Volume 42, Number 3, July-September 2008
JM'06
|
|
---|---|---|
Page(s) | 539 - 552 | |
DOI | https://doi.org/10.1051/ita:2008016 | |
Published online | 03 June 2008 |
Compatibility relations on codes and free monoids
Department of Mathematics and Turku Centre for Computer Science, University of Turku, 20014 Turku, Finland;
topeka@utu.fi
A compatibility relation on letters induces a reflexive and symmetric relation on words of equal length. We consider these word relations with respect to the theory of variable length codes and free monoids. We define an (R,S)-code and an (R,S)-free monoid for arbitrary word relations R and S. Modified Sardinas-Patterson algorithm is presented for testing whether finite sets of words are (R,S)-codes.
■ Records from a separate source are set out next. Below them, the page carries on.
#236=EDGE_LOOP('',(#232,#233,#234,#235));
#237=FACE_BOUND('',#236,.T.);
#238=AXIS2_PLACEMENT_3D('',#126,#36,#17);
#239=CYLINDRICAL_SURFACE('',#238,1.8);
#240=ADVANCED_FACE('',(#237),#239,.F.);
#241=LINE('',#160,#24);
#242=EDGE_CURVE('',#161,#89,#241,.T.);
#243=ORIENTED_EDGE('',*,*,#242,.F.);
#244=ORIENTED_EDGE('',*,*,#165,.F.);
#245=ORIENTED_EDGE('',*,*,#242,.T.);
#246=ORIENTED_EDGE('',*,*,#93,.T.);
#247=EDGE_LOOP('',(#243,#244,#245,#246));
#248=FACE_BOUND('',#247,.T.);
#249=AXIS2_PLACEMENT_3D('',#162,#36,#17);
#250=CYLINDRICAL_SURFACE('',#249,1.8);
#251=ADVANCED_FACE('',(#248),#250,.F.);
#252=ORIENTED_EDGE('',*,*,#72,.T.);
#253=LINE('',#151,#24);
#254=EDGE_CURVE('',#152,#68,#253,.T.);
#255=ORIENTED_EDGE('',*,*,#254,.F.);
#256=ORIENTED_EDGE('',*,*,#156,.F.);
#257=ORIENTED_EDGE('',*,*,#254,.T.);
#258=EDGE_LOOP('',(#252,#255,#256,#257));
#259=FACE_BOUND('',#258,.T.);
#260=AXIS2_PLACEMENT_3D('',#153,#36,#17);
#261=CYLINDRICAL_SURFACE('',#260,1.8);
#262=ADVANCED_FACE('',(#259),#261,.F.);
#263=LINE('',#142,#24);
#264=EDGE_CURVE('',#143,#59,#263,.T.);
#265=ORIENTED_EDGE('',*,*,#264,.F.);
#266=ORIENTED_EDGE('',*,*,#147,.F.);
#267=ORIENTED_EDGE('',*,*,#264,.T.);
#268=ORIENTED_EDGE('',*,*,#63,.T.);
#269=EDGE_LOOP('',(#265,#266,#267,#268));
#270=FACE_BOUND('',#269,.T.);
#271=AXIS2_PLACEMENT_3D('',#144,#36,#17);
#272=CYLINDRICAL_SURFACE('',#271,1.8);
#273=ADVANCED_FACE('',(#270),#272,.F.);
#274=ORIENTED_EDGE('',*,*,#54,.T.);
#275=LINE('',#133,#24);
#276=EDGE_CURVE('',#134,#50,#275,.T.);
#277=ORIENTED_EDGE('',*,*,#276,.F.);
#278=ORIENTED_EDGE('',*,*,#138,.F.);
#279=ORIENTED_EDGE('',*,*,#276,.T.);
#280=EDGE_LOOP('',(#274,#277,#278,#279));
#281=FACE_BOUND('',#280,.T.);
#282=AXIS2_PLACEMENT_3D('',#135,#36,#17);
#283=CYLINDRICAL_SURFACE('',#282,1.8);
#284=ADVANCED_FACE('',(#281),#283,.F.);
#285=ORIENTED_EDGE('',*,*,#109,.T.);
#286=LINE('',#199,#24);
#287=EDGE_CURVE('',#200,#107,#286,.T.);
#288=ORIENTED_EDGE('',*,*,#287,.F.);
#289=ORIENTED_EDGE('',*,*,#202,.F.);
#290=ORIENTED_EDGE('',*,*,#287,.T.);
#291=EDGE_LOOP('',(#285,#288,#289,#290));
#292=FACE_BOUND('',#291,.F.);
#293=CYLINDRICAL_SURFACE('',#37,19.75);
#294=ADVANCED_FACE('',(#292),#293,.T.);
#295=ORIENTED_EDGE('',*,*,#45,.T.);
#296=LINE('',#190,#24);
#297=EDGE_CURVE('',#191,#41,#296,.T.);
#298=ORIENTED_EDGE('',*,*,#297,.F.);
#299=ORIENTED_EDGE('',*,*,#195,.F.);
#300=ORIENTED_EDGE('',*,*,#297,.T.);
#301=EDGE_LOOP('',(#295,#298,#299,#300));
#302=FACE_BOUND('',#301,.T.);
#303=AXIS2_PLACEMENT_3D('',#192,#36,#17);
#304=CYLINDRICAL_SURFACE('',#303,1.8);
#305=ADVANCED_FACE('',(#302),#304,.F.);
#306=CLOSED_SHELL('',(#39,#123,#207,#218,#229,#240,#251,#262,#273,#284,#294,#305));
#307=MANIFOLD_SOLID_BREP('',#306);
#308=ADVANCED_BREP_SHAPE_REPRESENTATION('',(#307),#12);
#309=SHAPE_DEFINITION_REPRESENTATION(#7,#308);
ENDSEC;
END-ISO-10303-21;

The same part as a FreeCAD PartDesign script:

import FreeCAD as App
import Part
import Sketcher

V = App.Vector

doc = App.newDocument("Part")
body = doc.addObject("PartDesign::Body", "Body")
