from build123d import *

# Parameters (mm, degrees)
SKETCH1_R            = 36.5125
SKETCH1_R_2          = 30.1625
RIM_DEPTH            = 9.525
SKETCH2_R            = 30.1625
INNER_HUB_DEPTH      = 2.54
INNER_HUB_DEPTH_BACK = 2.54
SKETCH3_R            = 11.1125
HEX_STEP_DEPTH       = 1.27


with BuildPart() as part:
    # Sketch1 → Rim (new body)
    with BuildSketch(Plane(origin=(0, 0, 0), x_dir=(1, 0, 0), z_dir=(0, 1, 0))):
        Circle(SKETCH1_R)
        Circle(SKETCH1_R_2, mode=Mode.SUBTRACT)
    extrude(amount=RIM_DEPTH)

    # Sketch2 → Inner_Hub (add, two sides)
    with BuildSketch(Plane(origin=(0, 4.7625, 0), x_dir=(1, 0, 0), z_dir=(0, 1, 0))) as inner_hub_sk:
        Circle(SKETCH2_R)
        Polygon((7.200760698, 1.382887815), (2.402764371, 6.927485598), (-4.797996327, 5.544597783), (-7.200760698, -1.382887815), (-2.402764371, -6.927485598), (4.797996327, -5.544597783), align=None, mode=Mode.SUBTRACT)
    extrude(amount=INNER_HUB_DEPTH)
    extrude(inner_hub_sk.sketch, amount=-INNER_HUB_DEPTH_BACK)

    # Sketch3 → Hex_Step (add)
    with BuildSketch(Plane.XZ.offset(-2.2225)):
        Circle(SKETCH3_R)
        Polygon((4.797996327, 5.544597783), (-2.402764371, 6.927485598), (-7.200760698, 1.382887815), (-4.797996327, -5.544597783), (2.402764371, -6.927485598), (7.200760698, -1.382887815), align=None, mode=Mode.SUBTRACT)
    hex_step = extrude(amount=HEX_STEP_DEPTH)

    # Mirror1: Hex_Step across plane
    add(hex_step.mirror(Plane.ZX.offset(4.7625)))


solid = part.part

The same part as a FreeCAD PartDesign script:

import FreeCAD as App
import Part
import Sketcher
Q = App.Units.Quantity


def add_polygon(sketch, points):
    """Adds a closed chain of lines whose ends are joined by coincident constraints."""
    first, n = sketch.GeometryCount, len(points)
    for a, b in zip(points, points[1:] + points[:1]):
        sketch.addGeometry(Part.LineSegment(App.Vector(*a, 0), App.Vector(*b, 0)), False)
    for i in range(n):
        sketch.addConstraint(Sketcher.Constraint("Coincident", first + i, 2, first + (i + 1) % n, 1))

doc = App.newDocument("Part")
body = doc.addObject("PartDesign::Body", "Body")

# Sketch on XZ plane
sketch1 = body.newObject("Sketcher::SketchObject", "Sketch")
sketch1.AttachmentSupport = (doc.getObject("XZ_Plane"), [""])
sketch1.MapMode = "FlatFace"
sketch1.addGeometry(Part.Circle(App.Vector(0, 0, 0), App.Vector(0, 0, 1), 37), False)
sketch1.addGeometry(Part.Circle(App.Vector(0, 0, 0), App.Vector(0, 0, 1), 30), False)
sketch1.addConstraint(Sketcher.Constraint("Coincident", 0, 3, -1, 1))
sketch1.addConstraint(Sketcher.Constraint("Coincident", 1, 3, -1, 1))
sketch1.addConstraint(Sketcher.Constraint("Diameter", 0, Q("2.875 in")))
sketch1.addConstraint(Sketcher.Constraint("Diameter", 1, Q("2.375 in")))
pad1 = body.newObject("PartDesign::Pad", "Pad")
pad1.Profile = sketch1
pad1.Length = Q("0.375 in")
pad1.Reversed = True

# Sketch on XZ plane
sketch2 = body.newObject("Sketcher::SketchObject", "Sketch001")
sketch2.AttachmentSupport = (doc.getObject("XZ_Plane"), [""])
sketch2.MapMode = "FlatFace"
sketch2.AttachmentOffset = App.Placement(App.Vector(0, 0, -0.1875 * 25.4), App.Rotation())
sketch2.addGeometry(Part.Circle(App.Vector(0, 0, 0), App.Vector(0, 0, 1), 30), False)  # 0
add_polygon(sketch2, [(2, -7), (7, -1), (5, 6), (-2, 7), (-7, 1), (-5, -6)])  # lines 1-6
sketch2.addConstraint(Sketcher.Constraint("Coincident", 0, 3, -1, 1))
sketch2.addConstraint(Sketcher.Constraint("Symmetric", 1, 2, 4, 2, -1, 1))
sketch2.addConstraint(Sketcher.Constraint("Symmetric", 2, 2, 5, 2, -1, 1))
sketch2.addConstraint(Sketcher.Constraint("Symmetric", 3, 2, 6, 2, -1, 1))
sketch2.addConstraint(Sketcher.Constraint("Equal", 1, 2))
sketch2.addConstraint(Sketcher.Constraint("Equal", 2, 3))
sketch2.addConstraint(Sketcher.Constraint("Diameter", 0, Q("2.375 in")))
sketch2.addConstraint(Sketcher.Constraint("Distance", 1, Q("7.332348 mm")))
sketch2.addConstraint(Sketcher.Constraint("DistanceX", -1, 1, 1, 2, Q("7.200761 mm")))
sketch2.addConstraint(Sketcher.Constraint("DistanceX", 3, 2, 2, 2, Q("7.200761 mm")))
sketch2.addConstraint(Sketcher.Constraint("DistanceY", 4, 2, 2, 2, Q("4.16171 mm")))
pad2 = body.newObject("PartDesign::Pad", "Pad001")
pad2.Profile = sketch2
pad2.Type = "TwoLengths"
pad2.Length = Q("0.1 in")
pad2.Length2 = Q("0.1 in")
pad2.Reversed = True

# Sketch on XZ plane
sketch3 = body.newObject("Sketcher::SketchObject", "Sketch002")
sketch3.AttachmentSupport = (doc.getObject("XZ_Plane"), [""])
sketch3.MapMode = "FlatFace"
sketch3.AttachmentOffset = App.Placement(App.Vector(0, 0, -0.0875 * 25.4), App.Rotation())
sketch3.addGeometry(Part.Circle(App.Vector(0, 0, 0), App.Vector(0, 0, 1), 11), False)  # 0
add_polygon(sketch3, [(-2, 7), (5, 6), (7, -1), (2, -7), (-5, -6), (-7, 1)])  # lines 1-6
sketch3.addConstraint(Sketcher.Constraint("Coincident", 0, 3, -1, 1))
sketch3.addConstraint(Sketcher.Constraint("Symmetric", 1, 2, 4, 2, -1, 1))
sketch3.addConstraint(Sketcher.Constraint("Symmetric", 2, 2, 5, 2, -1, 1))
sketch3.addConstraint(Sketcher.Constraint("Symmetric", 3, 2, 6, 2, -1, 1))
sketch3.addConstraint(Sketcher.Constraint("Equal", 1, 2))
sketch3.addConstraint(Sketcher.Constraint("Equal", 2, 3))
sketch3.addConstraint(Sketcher.Constraint("Diameter", 0, Q("0.875 in")))
sketch3.addConstraint(Sketcher.Constraint("Distance", 1, Q("7.332348 mm")))
sketch3.addConstraint(Sketcher.Constraint("DistanceX", -1, 1, 2, 2, Q("7.200761 mm")))
sketch3.addConstraint(Sketcher.Constraint("DistanceX", 3, 2, 1, 2, Q("2.395232 mm")))
sketch3.addConstraint(Sketcher.Constraint("DistanceX", 4, 2, 3, 2, Q("7.200761 mm")))
pad3 = body.newObject("PartDesign::Pad", "Pad002")
pad3.Profile = sketch3
pad3.Length = Q("0.05 in")
doc.recompute()

datumplane = body.newObject("PartDesign::Plane", "DatumPlane")
datumplane.AttachmentSupport = (doc.getObject("XZ_Plane"), [""])
datumplane.MapMode = "FlatFace"
datumplane.AttachmentOffset = App.Placement(App.Vector(0, 0, -0.1875 * 25.4), App.Rotation())
mirrored = body.newObject("PartDesign::Mirrored", "Mirrored")
mirrored.Originals = [pad3]
mirrored.MirrorPlane = (datumplane, [""])
body.Tip = mirrored

doc.recompute()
Coding capabilities of relational codes are measured algorithmically by finding minimal and maximal relations. We generalize the stability criterion of Schützenberger and Tilson's closure result for (R,S)-free monoids. The (R,S)-free hull of a set of words is introduced and we show how it can be computed. We prove a defect theorem for (R,S)-free hulls. In addition, a defect theorem of partial words is proved as a corollary.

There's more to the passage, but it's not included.